Record extracts:
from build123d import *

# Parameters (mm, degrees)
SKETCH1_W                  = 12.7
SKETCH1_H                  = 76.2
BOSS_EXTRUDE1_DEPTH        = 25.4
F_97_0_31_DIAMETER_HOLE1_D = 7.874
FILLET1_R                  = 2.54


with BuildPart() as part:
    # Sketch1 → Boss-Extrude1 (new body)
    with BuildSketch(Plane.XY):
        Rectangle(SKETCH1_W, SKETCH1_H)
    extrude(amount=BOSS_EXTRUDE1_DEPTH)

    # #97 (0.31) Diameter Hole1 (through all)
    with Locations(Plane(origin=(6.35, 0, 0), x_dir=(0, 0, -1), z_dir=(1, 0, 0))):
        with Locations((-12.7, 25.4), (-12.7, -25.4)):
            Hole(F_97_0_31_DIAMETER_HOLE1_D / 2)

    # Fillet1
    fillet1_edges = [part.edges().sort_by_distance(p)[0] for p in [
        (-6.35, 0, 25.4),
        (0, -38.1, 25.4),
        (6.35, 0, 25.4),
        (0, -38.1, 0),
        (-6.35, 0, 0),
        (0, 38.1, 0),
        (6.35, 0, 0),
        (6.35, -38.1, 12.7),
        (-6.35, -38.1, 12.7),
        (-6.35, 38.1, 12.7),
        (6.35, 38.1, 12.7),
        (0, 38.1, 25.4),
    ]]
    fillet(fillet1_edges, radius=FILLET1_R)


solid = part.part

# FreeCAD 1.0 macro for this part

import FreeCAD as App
import Part
import Sketcher
from FreeCAD import Vector
Q = App.Units.Quantity


def edges_at(feature, points):
    """Names of the edges that pass closest to the given points."""
    edges = feature.Shape.Edges
    near = lambda p: min(range(len(edges)), key=lambda i: edges[i].distToShape(Part.Vertex(*p))[0])
    return sorted({f"Edge{near(p) + 1}" for p in points})


def add_polygon(sketch, points):
    """Adds a closed chain of lines whose ends are joined by coincident constraints."""
    first, n = sketch.GeometryCount, len(points)
    for a, b in zip(points, points[1:] + points[:1]):
        sketch.addGeometry(Part.LineSegment(App.Vector(*a, 0), App.Vector(*b, 0)), False)
    for i in range(n):
        sketch.addConstraint(Sketcher.Constraint("Coincident", first + i, 2, first + (i + 1) % n, 1))

doc = App.newDocument("Part")
body = doc.addObject("PartDesign::Body", "Body")

sketch1 = doc.addObject("Sketcher::SketchObject", "Sketch")
body.addObject(sketch1)
sketch1.AttachmentSupport = (doc.XY_Plane, [""])
sketch1.MapMode = "FlatFace"
add_polygon(sketch1, [(-6, 38), (-6, -38), (6, -38), (6, 38)])
sketch1.addConstraint(Sketcher.Constraint("Vertical", 0))
sketch1.addConstraint(Sketcher.Constraint("Horizontal", 1))
sketch1.addConstraint(Sketcher.Constraint("Vertical", 2))
sketch1.addConstraint(Sketcher.Constraint("Horizontal", 3))
sketch1.addConstraint(Sketcher.Constraint("Symmetric", 0, 2, 2, 2, -1, 1))
sketch1.addConstraint(Sketcher.Constraint("DistanceY", 0, 2, 0, 1, Q("3 in")))
sketch1.addConstraint(Sketcher.Constraint("DistanceX", 1, 1, 1, 2, Q("0.5 in")))
pad1 = doc.addObject("PartDesign::Pad", "Pad")
body.addObject(pad1)
pad1.Profile = sketch1
pad1.Length = Q("1 in")

sketch2 = doc.addObject("Sketcher::SketchObject", "Sketch001")
body.addObject(sketch2)
sketch2.AttachmentSupport = (doc.YZ_Plane, [""])
sketch2.MapMode = "FlatFace"
sketch2.AttachmentOffset = App.Placement(Vector(0, 0, 0.25 * 25.4), App.Rotation())
sketch2.addGeometry(Part.Circle(Vector(25.4, 12.7, 0), Vector(0, 0, 1), 3.9), False)
sketch2.addGeometry(Part.Circle(Vector(-25.4, 12.7, 0), Vector(0, 0, 1), 3.9), False)
sketch2.addConstraint(Sketcher.Constraint("Equal", 0, 1))
sketch2.addConstraint(Sketcher.Constraint("Symmetric", 0, 3, 1, 3, -2))
sketch2.addConstraint(Sketcher.Constraint("Diameter", 0, Q("0.31 in")))
sketch2.addConstraint(Sketcher.Constraint("DistanceX", -1, 1, 0, 3, Q("1 in")))
sketch2.addConstraint(Sketcher.Constraint("DistanceY", -1, 1, 0, 3, Q("0.5 in")))
doc.recompute()
hole = doc.addObject("PartDesign::Hole", "Hole")
body.addObject(hole)
hole.Profile = sketch2
hole.ThreadType = "None"
hole.Diameter = Q("0.31 in")
hole.DepthType = "ThroughAll"
doc.recompute()

fillet = doc.addObject("PartDesign::Fillet", "Fillet")
body.addObject(fillet)
fillet.Base = (hole, edges_at(hole, [
    (-6.35, 0, 25.4),
    (0, -38.1, 25.4),
    (6.35, 0, 25.4),
    (0, -38.1, 0),
    (-6.35, 0, 0),
    (0, 38.1, 0),
    (6.35, 0, 0),
    (6.35, -38.1, 12.7),
    (-6.35, -38.1, 12.7),
    (-6.35, 38.1, 12.7),
    (6.35, 38.1, 12.7),
    (0, 38.1, 25.4),
]))
fillet.Radius = Q("0.1 in")

doc.recompute()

Instructions for the task: Above are the entries; give them back verbatim.

Completed exercise:
from build123d import *

# Parameters (mm, degrees)
SKETCH1_W                  = 12.7
SKETCH1_H                  = 76.2
BOSS_EXTRUDE1_DEPTH        = 25.4
F_97_0_31_DIAMETER_HOLE1_D = 7.874
FILLET1_R                  = 2.54


with BuildPart() as part:
    # Sketch1 → Boss-Extrude1 (new body)
    with BuildSketch(Plane.XY):
        Rectangle(SKETCH1_W, SKETCH1_H)
    extrude(amount=BOSS_EXTRUDE1_DEPTH)

    # #97 (0.31) Diameter Hole1 (through all)
    with Locations(Plane(origin=(6.35, 0, 0), x_dir=(0, 0, -1), z_dir=(1, 0, 0))):
        with Locations((-12.7, 25.4), (-12.7, -25.4)):
            Hole(F_97_0_31_DIAMETER_HOLE1_D / 2)

    # Fillet1
    fillet1_edges = [part.edges().sort_by_distance(p)[0] for p in [
        (-6.35, 0, 25.4),
        (0, -38.1, 25.4),
        (6.35, 0, 25.4),
        (0, -38.1, 0),
        (-6.35, 0, 0),
        (0, 38.1, 0),
        (6.35, 0, 0),
        (6.35, -38.1, 12.7),
        (-6.35, -38.1, 12.7),
        (-6.35, 38.1, 12.7),
        (6.35, 38.1, 12.7),
        (0, 38.1, 25.4),
    ]]
    fillet(fillet1_edges, radius=FILLET1_R)


solid = part.part

# FreeCAD 1.0 macro for this part

import FreeCAD as App
import Part
import Sketcher
from FreeCAD import Vector
Q = App.Units.Quantity


def edges_at(feature, points):
    """Names of the edges that pass closest to the given points."""
    edges = feature.Shape.Edges
    near = lambda p: min(range(len(edges)), key=lambda i: edges[i].distToShape(Part.Vertex(*p))[0])
    return sorted({f"Edge{near(p) + 1}" for p in points})


def add_polygon(sketch, points):
    """Adds a closed chain of lines whose ends are joined by coincident constraints."""
    first, n = sketch.GeometryCount, len(points)
    for a, b in zip(points, points[1:] + points[:1]):
        sketch.addGeometry(Part.LineSegment(App.Vector(*a, 0), App.Vector(*b, 0)), False)
    for i in range(n):
        sketch.addConstraint(Sketcher.Constraint("Coincident", first + i, 2, first + (i + 1) % n, 1))

doc = App.newDocument("Part")
body = doc.addObject("PartDesign::Body", "Body")

sketch1 = doc.addObject("Sketcher::SketchObject", "Sketch")
body.addObject(sketch1)
sketch1.AttachmentSupport = (doc.XY_Plane, [""])
sketch1.MapMode = "FlatFace"
add_polygon(sketch1, [(-6, 38), (-6, -38), (6, -38), (6, 38)])
sketch1.addConstraint(Sketcher.Constraint("Vertical", 0))
sketch1.addConstraint(Sketcher.Constraint("Horizontal", 1))
sketch1.addConstraint(Sketcher.Constraint("Vertical", 2))
sketch1.addConstraint(Sketcher.Constraint("Horizontal", 3))
sketch1.addConstraint(Sketcher.Constraint("Symmetric", 0, 2, 2, 2, -1, 1))
sketch1.addConstraint(Sketcher.Constraint("DistanceY", 0, 2, 0, 1, Q("3 in")))
sketch1.addConstraint(Sketcher.Constraint("DistanceX", 1, 1, 1, 2, Q("0.5 in")))
pad1 = doc.addObject("PartDesign::Pad", "Pad")
body.addObject(pad1)
pad1.Profile = sketch1
pad1.Length = Q("1 in")

sketch2 = doc.addObject("Sketcher::SketchObject", "Sketch001")
body.addObject(sketch2)
sketch2.AttachmentSupport = (doc.YZ_Plane, [""])
sketch2.MapMode = "FlatFace"
sketch2.AttachmentOffset = App.Placement(Vector(0, 0, 0.25 * 25.4), App.Rotation())
sketch2.addGeometry(Part.Circle(Vector(25.4, 12.7, 0), Vector(0, 0, 1), 3.9), False)
sketch2.addGeometry(Part.Circle(Vector(-25.4, 12.7, 0), Vector(0, 0, 1), 3.9), False)
sketch2.addConstraint(Sketcher.Constraint("Equal", 0, 1))
sketch2.addConstraint(Sketcher.Constraint("Symmetric", 0, 3, 1, 3, -2))
sketch2.addConstraint(Sketcher.Constraint("Diameter", 0, Q("0.31 in")))
sketch2.addConstraint(Sketcher.Constraint("DistanceX", -1, 1, 0, 3, Q("1 in")))
sketch2.addConstraint(Sketcher.Constraint("DistanceY", -1, 1, 0, 3, Q("0.5 in")))
doc.recompute()
hole = doc.addObject("PartDesign::Hole", "Hole")
body.addObject(hole)
hole.Profile = sketch2
hole.ThreadType = "None"
hole.Diameter = Q("0.31 in")
hole.DepthType = "ThroughAll"
doc.recompute()

fillet = doc.addObject("PartDesign::Fillet", "Fillet")
body.addObject(fillet)
fillet.Base = (hole, edges_at(hole, [
    (-6.35, 0, 25.4),
    (0, -38.1, 25.4),
    (6.35, 0, 25.4),
    (0, -38.1, 0),
    (-6.35, 0, 0),
    (0, 38.1, 0),
    (6.35, 0, 0),
    (6.35, -38.1, 12.7),
    (-6.35, -38.1, 12.7),
    (-6.35, 38.1, 12.7),
    (6.35, 38.1, 12.7),
    (0, 38.1, 25.4),
]))
fillet.Radius = Q("0.1 in")

doc.recompute()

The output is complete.